Government & Municipal Buildings
City of Sacramento and Sacramento County facilities often have both modern VoIP infrastructure and legacy analog lines that can’t be migrated due to regulatory requirements (emergency lines, elevator phones). We hold the C-7 license required for government low-voltage work.

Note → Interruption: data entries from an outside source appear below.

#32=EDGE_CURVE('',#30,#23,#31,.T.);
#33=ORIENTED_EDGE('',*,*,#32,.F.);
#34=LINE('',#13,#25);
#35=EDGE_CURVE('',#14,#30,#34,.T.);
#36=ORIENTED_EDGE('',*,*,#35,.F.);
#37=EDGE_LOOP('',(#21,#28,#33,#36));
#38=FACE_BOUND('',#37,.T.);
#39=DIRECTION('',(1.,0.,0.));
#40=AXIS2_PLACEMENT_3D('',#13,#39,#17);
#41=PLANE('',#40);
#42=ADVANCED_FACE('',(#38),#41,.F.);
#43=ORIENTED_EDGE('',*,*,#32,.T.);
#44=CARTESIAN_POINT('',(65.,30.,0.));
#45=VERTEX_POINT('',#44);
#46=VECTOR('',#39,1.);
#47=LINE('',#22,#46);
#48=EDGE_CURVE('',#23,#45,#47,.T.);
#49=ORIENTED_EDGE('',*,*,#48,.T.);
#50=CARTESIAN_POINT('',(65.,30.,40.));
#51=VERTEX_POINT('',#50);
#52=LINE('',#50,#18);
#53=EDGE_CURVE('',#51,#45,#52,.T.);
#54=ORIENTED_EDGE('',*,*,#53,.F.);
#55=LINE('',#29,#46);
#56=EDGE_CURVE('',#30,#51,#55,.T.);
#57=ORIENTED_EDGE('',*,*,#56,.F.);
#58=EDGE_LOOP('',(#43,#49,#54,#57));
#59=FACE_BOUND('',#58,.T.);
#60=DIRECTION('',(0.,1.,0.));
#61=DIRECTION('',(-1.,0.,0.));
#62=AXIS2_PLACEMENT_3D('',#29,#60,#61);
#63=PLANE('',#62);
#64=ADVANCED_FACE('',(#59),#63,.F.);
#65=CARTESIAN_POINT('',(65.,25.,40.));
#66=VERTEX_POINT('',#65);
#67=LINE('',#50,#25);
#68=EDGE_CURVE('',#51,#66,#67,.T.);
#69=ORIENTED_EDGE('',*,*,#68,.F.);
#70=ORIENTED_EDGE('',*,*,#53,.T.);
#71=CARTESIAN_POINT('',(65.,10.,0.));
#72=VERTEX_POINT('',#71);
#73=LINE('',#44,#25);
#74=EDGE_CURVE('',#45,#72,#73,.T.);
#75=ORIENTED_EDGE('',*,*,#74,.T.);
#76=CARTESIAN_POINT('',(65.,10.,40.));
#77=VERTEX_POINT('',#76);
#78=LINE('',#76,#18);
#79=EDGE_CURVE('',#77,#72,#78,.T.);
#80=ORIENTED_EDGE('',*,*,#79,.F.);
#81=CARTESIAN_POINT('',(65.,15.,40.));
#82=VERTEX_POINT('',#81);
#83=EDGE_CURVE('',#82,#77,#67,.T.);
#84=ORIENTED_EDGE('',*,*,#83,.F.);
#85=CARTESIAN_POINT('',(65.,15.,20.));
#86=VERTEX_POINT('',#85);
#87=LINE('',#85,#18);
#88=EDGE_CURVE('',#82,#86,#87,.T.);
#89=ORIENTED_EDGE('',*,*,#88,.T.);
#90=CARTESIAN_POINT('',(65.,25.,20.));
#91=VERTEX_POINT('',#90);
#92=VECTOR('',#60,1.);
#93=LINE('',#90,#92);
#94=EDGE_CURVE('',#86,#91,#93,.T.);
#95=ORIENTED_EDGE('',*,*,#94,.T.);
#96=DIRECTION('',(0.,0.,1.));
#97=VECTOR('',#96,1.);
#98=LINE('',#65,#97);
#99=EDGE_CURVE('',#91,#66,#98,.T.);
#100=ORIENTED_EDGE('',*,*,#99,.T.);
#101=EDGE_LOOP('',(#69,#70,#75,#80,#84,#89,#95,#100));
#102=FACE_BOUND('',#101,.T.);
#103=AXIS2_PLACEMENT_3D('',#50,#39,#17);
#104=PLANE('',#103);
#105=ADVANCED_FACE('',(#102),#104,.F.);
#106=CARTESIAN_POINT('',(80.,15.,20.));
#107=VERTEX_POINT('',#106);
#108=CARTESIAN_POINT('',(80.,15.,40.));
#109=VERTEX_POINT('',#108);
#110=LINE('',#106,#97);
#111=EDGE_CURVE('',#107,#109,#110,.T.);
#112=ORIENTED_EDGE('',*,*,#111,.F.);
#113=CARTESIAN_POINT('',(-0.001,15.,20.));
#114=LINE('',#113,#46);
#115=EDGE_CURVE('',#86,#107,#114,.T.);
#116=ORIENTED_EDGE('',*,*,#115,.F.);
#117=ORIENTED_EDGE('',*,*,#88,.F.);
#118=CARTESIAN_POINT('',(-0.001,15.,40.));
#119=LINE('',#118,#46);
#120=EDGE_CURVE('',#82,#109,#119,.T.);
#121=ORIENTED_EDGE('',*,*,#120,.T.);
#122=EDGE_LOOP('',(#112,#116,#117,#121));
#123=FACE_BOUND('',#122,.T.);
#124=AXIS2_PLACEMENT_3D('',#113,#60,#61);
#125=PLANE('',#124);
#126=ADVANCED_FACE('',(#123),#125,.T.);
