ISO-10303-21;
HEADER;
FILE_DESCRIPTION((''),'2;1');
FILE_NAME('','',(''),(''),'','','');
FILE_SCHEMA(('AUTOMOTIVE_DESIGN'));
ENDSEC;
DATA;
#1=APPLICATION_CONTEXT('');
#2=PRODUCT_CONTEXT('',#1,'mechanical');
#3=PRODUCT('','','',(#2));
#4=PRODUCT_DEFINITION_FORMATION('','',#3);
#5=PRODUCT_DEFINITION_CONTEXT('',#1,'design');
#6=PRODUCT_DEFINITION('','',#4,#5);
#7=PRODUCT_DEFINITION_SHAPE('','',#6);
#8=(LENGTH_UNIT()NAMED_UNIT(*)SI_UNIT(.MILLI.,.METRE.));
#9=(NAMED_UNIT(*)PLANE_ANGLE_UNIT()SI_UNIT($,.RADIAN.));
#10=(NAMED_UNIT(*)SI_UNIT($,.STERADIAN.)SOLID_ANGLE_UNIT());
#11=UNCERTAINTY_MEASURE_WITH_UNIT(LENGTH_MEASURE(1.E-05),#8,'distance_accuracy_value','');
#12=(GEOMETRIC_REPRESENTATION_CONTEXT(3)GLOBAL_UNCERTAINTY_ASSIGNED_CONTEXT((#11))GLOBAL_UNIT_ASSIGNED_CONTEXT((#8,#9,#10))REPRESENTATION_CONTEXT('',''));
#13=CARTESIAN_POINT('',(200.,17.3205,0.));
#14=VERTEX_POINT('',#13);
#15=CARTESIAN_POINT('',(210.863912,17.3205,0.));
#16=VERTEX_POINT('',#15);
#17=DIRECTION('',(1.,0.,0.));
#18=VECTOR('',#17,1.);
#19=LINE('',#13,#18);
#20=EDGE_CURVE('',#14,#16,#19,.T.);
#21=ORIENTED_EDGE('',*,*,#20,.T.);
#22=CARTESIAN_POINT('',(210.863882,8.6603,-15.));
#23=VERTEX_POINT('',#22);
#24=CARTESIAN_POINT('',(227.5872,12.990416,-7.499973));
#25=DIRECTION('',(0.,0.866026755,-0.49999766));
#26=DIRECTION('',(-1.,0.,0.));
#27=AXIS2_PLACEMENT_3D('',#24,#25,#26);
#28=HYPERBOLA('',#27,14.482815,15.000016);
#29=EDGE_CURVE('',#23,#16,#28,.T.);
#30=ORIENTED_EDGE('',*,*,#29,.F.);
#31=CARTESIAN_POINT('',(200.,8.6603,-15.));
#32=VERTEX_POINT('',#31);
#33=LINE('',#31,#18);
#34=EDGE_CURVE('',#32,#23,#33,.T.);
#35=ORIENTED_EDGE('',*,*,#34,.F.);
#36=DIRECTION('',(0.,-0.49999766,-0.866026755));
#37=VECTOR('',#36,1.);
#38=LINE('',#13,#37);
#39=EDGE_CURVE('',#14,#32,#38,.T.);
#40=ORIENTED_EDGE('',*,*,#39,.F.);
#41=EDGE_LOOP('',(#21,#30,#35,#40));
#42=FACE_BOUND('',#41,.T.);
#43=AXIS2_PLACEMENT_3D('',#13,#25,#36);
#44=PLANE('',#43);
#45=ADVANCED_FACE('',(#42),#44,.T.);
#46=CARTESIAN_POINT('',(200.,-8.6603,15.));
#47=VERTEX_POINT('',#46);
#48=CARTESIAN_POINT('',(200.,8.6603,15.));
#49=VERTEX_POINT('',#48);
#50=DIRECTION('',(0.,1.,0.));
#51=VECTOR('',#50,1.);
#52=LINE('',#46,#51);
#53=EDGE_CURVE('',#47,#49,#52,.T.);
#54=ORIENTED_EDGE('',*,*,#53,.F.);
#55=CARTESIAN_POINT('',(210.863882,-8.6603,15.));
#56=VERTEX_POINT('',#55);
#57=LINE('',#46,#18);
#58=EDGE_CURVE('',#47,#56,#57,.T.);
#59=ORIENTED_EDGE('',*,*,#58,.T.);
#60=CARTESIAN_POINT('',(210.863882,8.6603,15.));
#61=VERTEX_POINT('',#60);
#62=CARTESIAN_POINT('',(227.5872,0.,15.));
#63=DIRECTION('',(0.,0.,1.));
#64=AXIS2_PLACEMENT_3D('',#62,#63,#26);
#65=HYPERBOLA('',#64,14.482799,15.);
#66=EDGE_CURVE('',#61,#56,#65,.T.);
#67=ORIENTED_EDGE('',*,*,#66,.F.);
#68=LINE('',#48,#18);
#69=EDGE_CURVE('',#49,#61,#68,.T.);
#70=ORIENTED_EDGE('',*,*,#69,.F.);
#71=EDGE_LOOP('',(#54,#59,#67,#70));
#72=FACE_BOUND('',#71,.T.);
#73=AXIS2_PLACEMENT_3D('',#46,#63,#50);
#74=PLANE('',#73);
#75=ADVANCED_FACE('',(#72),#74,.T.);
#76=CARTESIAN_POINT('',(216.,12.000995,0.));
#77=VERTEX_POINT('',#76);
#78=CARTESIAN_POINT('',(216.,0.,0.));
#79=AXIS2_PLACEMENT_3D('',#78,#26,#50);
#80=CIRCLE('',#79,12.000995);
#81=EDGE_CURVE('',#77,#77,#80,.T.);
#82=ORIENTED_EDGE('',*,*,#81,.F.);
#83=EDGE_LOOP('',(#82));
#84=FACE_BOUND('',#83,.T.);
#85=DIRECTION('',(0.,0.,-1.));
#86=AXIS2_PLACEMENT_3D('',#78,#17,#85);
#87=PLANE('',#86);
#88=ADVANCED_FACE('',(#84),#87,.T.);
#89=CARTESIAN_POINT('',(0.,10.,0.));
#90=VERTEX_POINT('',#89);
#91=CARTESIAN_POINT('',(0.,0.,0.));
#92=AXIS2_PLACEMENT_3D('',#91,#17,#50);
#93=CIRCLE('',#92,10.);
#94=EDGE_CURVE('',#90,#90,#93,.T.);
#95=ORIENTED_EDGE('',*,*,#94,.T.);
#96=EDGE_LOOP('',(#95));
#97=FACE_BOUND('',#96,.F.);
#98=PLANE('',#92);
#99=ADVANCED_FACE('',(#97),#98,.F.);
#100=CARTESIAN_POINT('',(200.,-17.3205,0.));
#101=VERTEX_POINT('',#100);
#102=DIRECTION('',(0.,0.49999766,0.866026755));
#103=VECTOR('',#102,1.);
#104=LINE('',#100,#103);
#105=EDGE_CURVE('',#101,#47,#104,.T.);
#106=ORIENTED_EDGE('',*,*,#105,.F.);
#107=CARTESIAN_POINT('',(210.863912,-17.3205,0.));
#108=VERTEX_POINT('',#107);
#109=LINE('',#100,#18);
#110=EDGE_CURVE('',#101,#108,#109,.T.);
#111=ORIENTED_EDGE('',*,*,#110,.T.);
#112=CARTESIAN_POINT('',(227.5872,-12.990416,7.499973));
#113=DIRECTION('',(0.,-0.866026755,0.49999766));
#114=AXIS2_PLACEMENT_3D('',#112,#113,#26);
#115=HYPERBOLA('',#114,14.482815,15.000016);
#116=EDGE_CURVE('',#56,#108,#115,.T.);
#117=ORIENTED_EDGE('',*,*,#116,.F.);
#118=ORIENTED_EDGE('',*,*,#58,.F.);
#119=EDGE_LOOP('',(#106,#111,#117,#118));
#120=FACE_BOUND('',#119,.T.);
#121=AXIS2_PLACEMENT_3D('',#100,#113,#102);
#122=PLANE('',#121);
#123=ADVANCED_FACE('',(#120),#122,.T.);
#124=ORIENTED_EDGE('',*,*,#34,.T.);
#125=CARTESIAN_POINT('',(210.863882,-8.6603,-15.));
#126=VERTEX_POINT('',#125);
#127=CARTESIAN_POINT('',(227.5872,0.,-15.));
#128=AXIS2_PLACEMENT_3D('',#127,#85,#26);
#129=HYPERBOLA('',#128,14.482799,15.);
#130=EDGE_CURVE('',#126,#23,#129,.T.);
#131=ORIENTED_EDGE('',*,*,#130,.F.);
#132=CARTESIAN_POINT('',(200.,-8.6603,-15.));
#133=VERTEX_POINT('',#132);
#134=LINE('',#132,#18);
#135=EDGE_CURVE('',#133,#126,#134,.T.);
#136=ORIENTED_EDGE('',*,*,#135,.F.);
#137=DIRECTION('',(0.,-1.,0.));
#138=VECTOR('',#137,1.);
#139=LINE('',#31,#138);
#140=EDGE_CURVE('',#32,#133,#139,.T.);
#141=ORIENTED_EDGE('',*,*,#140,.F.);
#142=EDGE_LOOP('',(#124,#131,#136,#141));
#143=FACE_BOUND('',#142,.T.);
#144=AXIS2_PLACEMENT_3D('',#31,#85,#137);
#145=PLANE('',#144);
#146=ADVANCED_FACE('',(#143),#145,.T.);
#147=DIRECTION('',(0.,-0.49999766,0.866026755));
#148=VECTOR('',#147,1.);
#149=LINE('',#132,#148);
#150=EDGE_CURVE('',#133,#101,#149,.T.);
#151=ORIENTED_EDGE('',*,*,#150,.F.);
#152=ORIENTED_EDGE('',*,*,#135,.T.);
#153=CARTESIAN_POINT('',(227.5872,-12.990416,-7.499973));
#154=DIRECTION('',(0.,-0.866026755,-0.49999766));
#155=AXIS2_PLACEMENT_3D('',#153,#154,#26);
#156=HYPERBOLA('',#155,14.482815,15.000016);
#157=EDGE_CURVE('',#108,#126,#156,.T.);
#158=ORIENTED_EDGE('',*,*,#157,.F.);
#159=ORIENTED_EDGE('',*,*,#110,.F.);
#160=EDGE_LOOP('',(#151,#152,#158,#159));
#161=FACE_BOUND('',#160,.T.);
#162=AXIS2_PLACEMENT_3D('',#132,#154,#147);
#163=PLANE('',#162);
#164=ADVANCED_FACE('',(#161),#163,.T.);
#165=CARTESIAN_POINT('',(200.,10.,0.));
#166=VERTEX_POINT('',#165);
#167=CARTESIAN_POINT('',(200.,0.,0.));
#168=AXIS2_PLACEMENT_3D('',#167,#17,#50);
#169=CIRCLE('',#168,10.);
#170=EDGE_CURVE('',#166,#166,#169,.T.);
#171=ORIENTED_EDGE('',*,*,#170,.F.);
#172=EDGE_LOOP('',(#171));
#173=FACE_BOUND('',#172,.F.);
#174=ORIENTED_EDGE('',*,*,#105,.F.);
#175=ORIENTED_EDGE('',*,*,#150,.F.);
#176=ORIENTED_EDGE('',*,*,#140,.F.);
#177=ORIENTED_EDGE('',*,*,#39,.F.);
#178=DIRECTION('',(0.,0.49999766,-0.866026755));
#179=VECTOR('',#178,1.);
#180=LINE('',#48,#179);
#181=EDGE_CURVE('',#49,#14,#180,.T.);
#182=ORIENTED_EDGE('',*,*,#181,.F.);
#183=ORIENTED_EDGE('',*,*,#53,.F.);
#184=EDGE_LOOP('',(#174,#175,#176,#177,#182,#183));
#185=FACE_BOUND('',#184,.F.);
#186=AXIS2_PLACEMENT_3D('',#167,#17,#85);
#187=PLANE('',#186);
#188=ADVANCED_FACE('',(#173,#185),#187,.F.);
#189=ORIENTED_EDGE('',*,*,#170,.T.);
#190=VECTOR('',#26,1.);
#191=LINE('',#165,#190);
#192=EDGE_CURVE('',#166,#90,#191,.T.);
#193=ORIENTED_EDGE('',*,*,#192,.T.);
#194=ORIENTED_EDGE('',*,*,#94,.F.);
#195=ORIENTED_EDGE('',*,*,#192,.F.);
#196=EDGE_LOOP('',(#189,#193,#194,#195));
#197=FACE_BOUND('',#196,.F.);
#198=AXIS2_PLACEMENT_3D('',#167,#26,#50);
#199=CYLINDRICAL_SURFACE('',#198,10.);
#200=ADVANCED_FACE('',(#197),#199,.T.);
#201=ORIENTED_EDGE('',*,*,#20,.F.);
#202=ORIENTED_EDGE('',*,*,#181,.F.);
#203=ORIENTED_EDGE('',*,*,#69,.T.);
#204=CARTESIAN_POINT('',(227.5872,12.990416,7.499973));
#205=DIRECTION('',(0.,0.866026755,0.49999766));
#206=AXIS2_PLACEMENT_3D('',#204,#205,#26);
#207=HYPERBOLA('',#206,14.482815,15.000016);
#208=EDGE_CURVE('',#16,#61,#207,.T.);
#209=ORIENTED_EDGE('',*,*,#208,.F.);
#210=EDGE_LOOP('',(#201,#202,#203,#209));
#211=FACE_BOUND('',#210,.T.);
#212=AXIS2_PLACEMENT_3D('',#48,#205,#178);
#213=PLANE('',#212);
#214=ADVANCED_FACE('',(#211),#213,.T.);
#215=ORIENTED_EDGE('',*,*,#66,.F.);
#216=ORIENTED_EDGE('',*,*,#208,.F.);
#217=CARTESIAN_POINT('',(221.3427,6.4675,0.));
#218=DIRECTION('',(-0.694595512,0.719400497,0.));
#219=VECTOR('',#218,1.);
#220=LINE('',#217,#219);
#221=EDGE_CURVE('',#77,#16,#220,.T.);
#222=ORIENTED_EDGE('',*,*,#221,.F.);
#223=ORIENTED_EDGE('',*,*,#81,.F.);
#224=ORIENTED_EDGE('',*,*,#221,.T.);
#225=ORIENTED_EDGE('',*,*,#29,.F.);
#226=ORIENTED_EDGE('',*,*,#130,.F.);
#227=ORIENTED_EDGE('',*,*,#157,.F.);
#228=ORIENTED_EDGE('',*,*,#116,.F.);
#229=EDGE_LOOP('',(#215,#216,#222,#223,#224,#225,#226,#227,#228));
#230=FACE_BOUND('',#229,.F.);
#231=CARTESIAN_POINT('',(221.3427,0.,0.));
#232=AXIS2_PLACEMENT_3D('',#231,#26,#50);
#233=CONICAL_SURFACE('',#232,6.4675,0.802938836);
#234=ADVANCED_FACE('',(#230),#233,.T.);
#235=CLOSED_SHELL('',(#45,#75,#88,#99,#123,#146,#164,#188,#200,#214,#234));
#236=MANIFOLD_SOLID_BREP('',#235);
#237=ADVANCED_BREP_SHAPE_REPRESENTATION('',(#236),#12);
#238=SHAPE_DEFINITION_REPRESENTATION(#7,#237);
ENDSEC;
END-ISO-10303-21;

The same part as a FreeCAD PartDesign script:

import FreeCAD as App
import Part
import Sketcher

V = App.Vector
Q = App.Units.Quantity


def add_polygon(sketch, points):
    """Adds a closed chain of lines whose ends are joined by coincident constraints."""
    first, n = sketch.GeometryCount, len(points)
    for a, b in zip(points, points[1:] + points[:1]):
        sketch.addGeometry(Part.LineSegment(App.Vector(*a, 0), App.Vector(*b, 0)), False)
    for i in range(n):
        sketch.addConstraint(Sketcher.Constraint("Coincident", first + i, 2, first + (i + 1) % n, 1))

doc = App.newDocument("Part")
body = doc.addObject("PartDesign::Body", "Body")

# Sketch on XY plane
sketch1 = body.newObject("Sketcher::SketchObject", "Sketch")
sketch1.AttachmentSupport = (doc.getObject("XY_Plane"), [""])
sketch1.MapMode = "FlatFace"
add_polygon(sketch1, [(0, 10), (0, 0), (200, 0), (200, 10)])  # lines 0-3
sketch1.addConstraint([
    Sketcher.Constraint("Vertical", 0),
    Sketcher.Constraint("Horizontal", 1),
    Sketcher.Constraint("Vertical", 2),
    Sketcher.Constraint("Horizontal", 3),
    Sketcher.Constraint("Coincident", 0, 2, -1, 1),
    Sketcher.Constraint("DistanceX", 1, 1, 1, 2, Q("200 mm")),
    Sketcher.Constraint("DistanceY", 0, 2, 0, 1, Q("10 mm")),
])
revolution = body.newObject("PartDesign::Revolution", "Revolution")
revolution.Profile = sketch1
revolution.ReferenceAxis = (sketch1, ["H_Axis"])
revolution.Angle = 360

# Sketch on YZ plane
sketch2 = body.newObject("Sketcher::SketchObject", "Sketch001")
sketch2.AttachmentSupport = (doc.getObject("YZ_Plane"), [""])
sketch2.MapMode = "FlatFace"
sketch2.AttachmentOffset = App.Placement(V(0, 0, 200), App.Rotation())
add_polygon(sketch2, [(8.6603, -15), (17.3205, 0), (8.6603, 15), (-8.6603, 15), (-17.3205, 0), (-8.6603, -15)])  # lines 0-5
sketch2.addConstraint([
    Sketcher.Constraint("Horizontal", 2),
    Sketcher.Constraint("Horizontal", 5),
    Sketcher.Constraint("Symmetric", 0, 2, 3, 2, -1, 1),
    Sketcher.Constraint("Symmetric", 1, 2, 4, 2, -1, 1),
    Sketcher.Constraint("PointOnObject", 0, 2, -1),
    Sketcher.Constraint("Parallel", 0, 3),
    Sketcher.Constraint("Vertical", 2, 2, 4, 2),
    Sketcher.Constraint("DistanceY", -1, 1, 1, 2, Q("15 mm")),
    Sketcher.Constraint("Angle", 0, Q("60.0002 deg")),
    Sketcher.Constraint("DistanceX", 2, 2, 2, 1, Q("17.3206 mm")),
])
pad1 = body.newObject("PartDesign::Pad", "Pad")
pad1.Profile = sketch2
pad1.Length = 16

Commercial Office Tenant Build-Outs
New tenant improvements across Sacramento’s commercial office market — Century City, Playa Vista, Mid-Wilshire, and the South Bay. VoIP drops installed as part of the complete structured cabling scope, coordinated with the general contractor’s schedule and the tenant’s IT team.
Sacramento Core
Downtown Sacramento
Midtown
East Sacramento
Downtown Sacramento
Natomas
Greater Sacramento Area
Elk Grove
Rancho Cordova
Folsom
Citrus Heights
Carmichael
Fair Oaks
North Highlands
Antelope
Roseville
Rocklin
Lincoln
Yolo County & West Sacramento
West Sacramento
Davis
Woodland
Placer & Surrounding Business Corridors
Granite Bay
Loomis
Auburn
Eric H.
IT Manager · Law Firm, Century City
“We migrated our Century City law firm from an old Avaya system to RingCentral — 85 stations across three floors. LA Data Cabling installed all the Cat6 drops in advance, coordinated with our RingCentral partner on the port map, and everything was ready. Cutover day was completely smooth. First time in 12 years of managing IT for this firm that a phone migration actually went as planned.”
Diana M.
Operations Director · Call Center, Van Nuys
“Our Van Nuys call center needed 120 new VoIP drops added to an existing installation. LA Data Cabling worked nights to avoid disrupting our 24-hour operation, matched the labelling convention of the existing infrastructure exactly, and delivered certified test reports for every single run. Not one call quality issue since the new drops went live.”
Kevin S.
IT Director · Production Company, Burbank
“We had chronic VoIP call drops in our Burbank production office for over a year. Blamed it on the phone system, then the network, then the ISP. LA Data Cabling audited our cabling in half a day with their Fluke analyzer and found four runs with bad terminations — one was Cat3 mislabelled as Cat6. Fixed and certified the same day. Haven’t had a dropped call since.”
Anna P.
Office Manager · Medical Clinic, Torrance
“Our Torrance medical clinic needed a new VoIP system but also had to keep three fax lines and the elevator phone on analog. LA Data Cabling ran new Cat6 for all the VoIP drops, documented the legacy analog lines that needed to stay, and delivered a clean diagram showing what was VoIP and what was staying analog. Exactly the mixed infrastructure expertise we needed.”